About this exercise
All records shown below should be given again, character for character.

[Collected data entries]
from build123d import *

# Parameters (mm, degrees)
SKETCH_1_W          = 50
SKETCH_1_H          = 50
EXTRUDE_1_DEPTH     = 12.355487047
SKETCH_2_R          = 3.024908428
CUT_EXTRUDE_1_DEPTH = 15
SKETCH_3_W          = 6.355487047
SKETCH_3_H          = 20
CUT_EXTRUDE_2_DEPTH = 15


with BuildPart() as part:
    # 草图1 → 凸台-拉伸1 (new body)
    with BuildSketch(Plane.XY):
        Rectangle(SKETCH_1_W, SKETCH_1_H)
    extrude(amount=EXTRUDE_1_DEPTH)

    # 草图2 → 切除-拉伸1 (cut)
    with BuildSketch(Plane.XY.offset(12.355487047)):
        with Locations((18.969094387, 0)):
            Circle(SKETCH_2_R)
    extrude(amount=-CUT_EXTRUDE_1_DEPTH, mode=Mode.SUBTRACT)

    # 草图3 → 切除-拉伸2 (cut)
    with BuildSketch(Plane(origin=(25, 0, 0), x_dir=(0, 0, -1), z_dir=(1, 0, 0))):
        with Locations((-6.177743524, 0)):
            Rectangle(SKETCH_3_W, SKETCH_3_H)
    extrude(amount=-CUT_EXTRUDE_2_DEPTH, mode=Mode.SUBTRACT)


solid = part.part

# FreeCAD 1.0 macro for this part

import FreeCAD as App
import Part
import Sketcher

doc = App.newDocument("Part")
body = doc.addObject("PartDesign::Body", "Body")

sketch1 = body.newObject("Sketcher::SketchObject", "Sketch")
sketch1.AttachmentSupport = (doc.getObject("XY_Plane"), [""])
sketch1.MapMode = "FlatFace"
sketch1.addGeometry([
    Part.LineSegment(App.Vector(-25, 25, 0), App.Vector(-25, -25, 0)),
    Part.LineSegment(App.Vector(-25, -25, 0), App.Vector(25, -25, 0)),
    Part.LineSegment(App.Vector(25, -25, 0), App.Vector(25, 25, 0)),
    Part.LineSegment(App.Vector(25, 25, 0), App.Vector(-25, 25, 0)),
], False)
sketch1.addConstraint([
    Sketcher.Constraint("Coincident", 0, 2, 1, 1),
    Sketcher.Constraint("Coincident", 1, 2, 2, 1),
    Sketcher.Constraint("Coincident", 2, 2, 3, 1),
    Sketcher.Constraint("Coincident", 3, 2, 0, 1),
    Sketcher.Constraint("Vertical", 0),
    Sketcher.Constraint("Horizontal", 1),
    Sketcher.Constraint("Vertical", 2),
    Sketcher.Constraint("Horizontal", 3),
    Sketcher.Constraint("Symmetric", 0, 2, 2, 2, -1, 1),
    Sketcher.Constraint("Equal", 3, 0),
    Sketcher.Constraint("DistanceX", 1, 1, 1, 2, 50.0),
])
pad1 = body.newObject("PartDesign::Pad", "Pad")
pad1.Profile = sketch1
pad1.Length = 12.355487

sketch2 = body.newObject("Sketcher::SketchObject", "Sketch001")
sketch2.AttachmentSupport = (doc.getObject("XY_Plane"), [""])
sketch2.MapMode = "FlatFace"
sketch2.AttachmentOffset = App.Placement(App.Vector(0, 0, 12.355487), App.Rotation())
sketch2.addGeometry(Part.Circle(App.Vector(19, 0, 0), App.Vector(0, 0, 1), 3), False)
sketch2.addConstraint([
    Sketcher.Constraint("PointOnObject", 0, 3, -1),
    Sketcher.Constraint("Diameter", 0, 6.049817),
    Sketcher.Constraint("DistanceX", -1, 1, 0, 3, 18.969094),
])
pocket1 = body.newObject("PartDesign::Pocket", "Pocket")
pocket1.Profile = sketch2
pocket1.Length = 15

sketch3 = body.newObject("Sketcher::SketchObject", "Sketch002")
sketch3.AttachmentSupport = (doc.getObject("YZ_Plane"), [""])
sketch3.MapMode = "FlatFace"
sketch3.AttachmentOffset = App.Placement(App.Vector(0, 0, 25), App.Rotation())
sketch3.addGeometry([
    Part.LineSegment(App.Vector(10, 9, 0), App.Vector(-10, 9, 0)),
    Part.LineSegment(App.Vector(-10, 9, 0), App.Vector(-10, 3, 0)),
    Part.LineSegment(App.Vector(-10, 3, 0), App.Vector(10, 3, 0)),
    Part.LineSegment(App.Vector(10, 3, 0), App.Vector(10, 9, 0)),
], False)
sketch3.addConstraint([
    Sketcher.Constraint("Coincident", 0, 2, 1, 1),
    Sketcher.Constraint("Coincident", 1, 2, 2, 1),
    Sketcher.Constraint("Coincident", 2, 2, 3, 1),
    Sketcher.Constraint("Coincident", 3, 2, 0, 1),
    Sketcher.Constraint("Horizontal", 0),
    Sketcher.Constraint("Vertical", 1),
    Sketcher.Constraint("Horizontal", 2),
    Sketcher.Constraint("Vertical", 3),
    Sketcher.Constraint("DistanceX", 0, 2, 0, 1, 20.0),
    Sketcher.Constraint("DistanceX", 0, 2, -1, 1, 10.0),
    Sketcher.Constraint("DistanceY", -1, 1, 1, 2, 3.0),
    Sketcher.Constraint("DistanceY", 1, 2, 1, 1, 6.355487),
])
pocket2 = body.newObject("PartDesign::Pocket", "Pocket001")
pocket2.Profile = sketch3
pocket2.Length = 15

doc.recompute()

The answer
from build123d import *

# Parameters (mm, degrees)
SKETCH_1_W          = 50
SKETCH_1_H          = 50
EXTRUDE_1_DEPTH     = 12.355487047
SKETCH_2_R          = 3.024908428
CUT_EXTRUDE_1_DEPTH = 15
SKETCH_3_W          = 6.355487047
SKETCH_3_H          = 20
CUT_EXTRUDE_2_DEPTH = 15


with BuildPart() as part:
    # 草图1 → 凸台-拉伸1 (new body)
    with BuildSketch(Plane.XY):
        Rectangle(SKETCH_1_W, SKETCH_1_H)
    extrude(amount=EXTRUDE_1_DEPTH)

    # 草图2 → 切除-拉伸1 (cut)
    with BuildSketch(Plane.XY.offset(12.355487047)):
        with Locations((18.969094387, 0)):
            Circle(SKETCH_2_R)
    extrude(amount=-CUT_EXTRUDE_1_DEPTH, mode=Mode.SUBTRACT)

    # 草图3 → 切除-拉伸2 (cut)
    with BuildSketch(Plane(origin=(25, 0, 0), x_dir=(0, 0, -1), z_dir=(1, 0, 0))):
        with Locations((-6.177743524, 0)):
            Rectangle(SKETCH_3_W, SKETCH_3_H)
    extrude(amount=-CUT_EXTRUDE_2_DEPTH, mode=Mode.SUBTRACT)


solid = part.part

# FreeCAD 1.0 macro for this part

import FreeCAD as App
import Part
import Sketcher

doc = App.newDocument("Part")
body = doc.addObject("PartDesign::Body", "Body")

sketch1 = body.newObject("Sketcher::SketchObject", "Sketch")
sketch1.AttachmentSupport = (doc.getObject("XY_Plane"), [""])
sketch1.MapMode = "FlatFace"
sketch1.addGeometry([
    Part.LineSegment(App.Vector(-25, 25, 0), App.Vector(-25, -25, 0)),
    Part.LineSegment(App.Vector(-25, -25, 0), App.Vector(25, -25, 0)),
    Part.LineSegment(App.Vector(25, -25, 0), App.Vector(25, 25, 0)),
    Part.LineSegment(App.Vector(25, 25, 0), App.Vector(-25, 25, 0)),
], False)
sketch1.addConstraint([
    Sketcher.Constraint("Coincident", 0, 2, 1, 1),
    Sketcher.Constraint("Coincident", 1, 2, 2, 1),
    Sketcher.Constraint("Coincident", 2, 2, 3, 1),
    Sketcher.Constraint("Coincident", 3, 2, 0, 1),
    Sketcher.Constraint("Vertical", 0),
    Sketcher.Constraint("Horizontal", 1),
    Sketcher.Constraint("Vertical", 2),
    Sketcher.Constraint("Horizontal", 3),
    Sketcher.Constraint("Symmetric", 0, 2, 2, 2, -1, 1),
    Sketcher.Constraint("Equal", 3, 0),
    Sketcher.Constraint("DistanceX", 1, 1, 1, 2, 50.0),
])
pad1 = body.newObject("PartDesign::Pad", "Pad")
pad1.Profile = sketch1
pad1.Length = 12.355487

sketch2 = body.newObject("Sketcher::SketchObject", "Sketch001")
sketch2.AttachmentSupport = (doc.getObject("XY_Plane"), [""])
sketch2.MapMode = "FlatFace"
sketch2.AttachmentOffset = App.Placement(App.Vector(0, 0, 12.355487), App.Rotation())
sketch2.addGeometry(Part.Circle(App.Vector(19, 0, 0), App.Vector(0, 0, 1), 3), False)
sketch2.addConstraint([
    Sketcher.Constraint("PointOnObject", 0, 3, -1),
    Sketcher.Constraint("Diameter", 0, 6.049817),
    Sketcher.Constraint("DistanceX", -1, 1, 0, 3, 18.969094),
])
pocket1 = body.newObject("PartDesign::Pocket", "Pocket")
pocket1.Profile = sketch2
pocket1.Length = 15

sketch3 = body.newObject("Sketcher::SketchObject", "Sketch002")
sketch3.AttachmentSupport = (doc.getObject("YZ_Plane"), [""])
sketch3.MapMode = "FlatFace"
sketch3.AttachmentOffset = App.Placement(App.Vector(0, 0, 25), App.Rotation())
sketch3.addGeometry([
    Part.LineSegment(App.Vector(10, 9, 0), App.Vector(-10, 9, 0)),
    Part.LineSegment(App.Vector(-10, 9, 0), App.Vector(-10, 3, 0)),
    Part.LineSegment(App.Vector(-10, 3, 0), App.Vector(10, 3, 0)),
    Part.LineSegment(App.Vector(10, 3, 0), App.Vector(10, 9, 0)),
], False)
sketch3.addConstraint([
    Sketcher.Constraint("Coincident", 0, 2, 1, 1),
    Sketcher.Constraint("Coincident", 1, 2, 2, 1),
    Sketcher.Constraint("Coincident", 2, 2, 3, 1),
    Sketcher.Constraint("Coincident", 3, 2, 0, 1),
    Sketcher.Constraint("Horizontal", 0),
    Sketcher.Constraint("Vertical", 1),
    Sketcher.Constraint("Horizontal", 2),
    Sketcher.Constraint("Vertical", 3),
    Sketcher.Constraint("DistanceX", 0, 2, 0, 1, 20.0),
    Sketcher.Constraint("DistanceX", 0, 2, -1, 1, 10.0),
    Sketcher.Constraint("DistanceY", -1, 1, 1, 2, 3.0),
    Sketcher.Constraint("DistanceY", 1, 2, 1, 1, 6.355487),
])
pocket2 = body.newObject("PartDesign::Pocket", "Pocket001")
pocket2.Profile = sketch3
pocket2.Length = 15

doc.recompute()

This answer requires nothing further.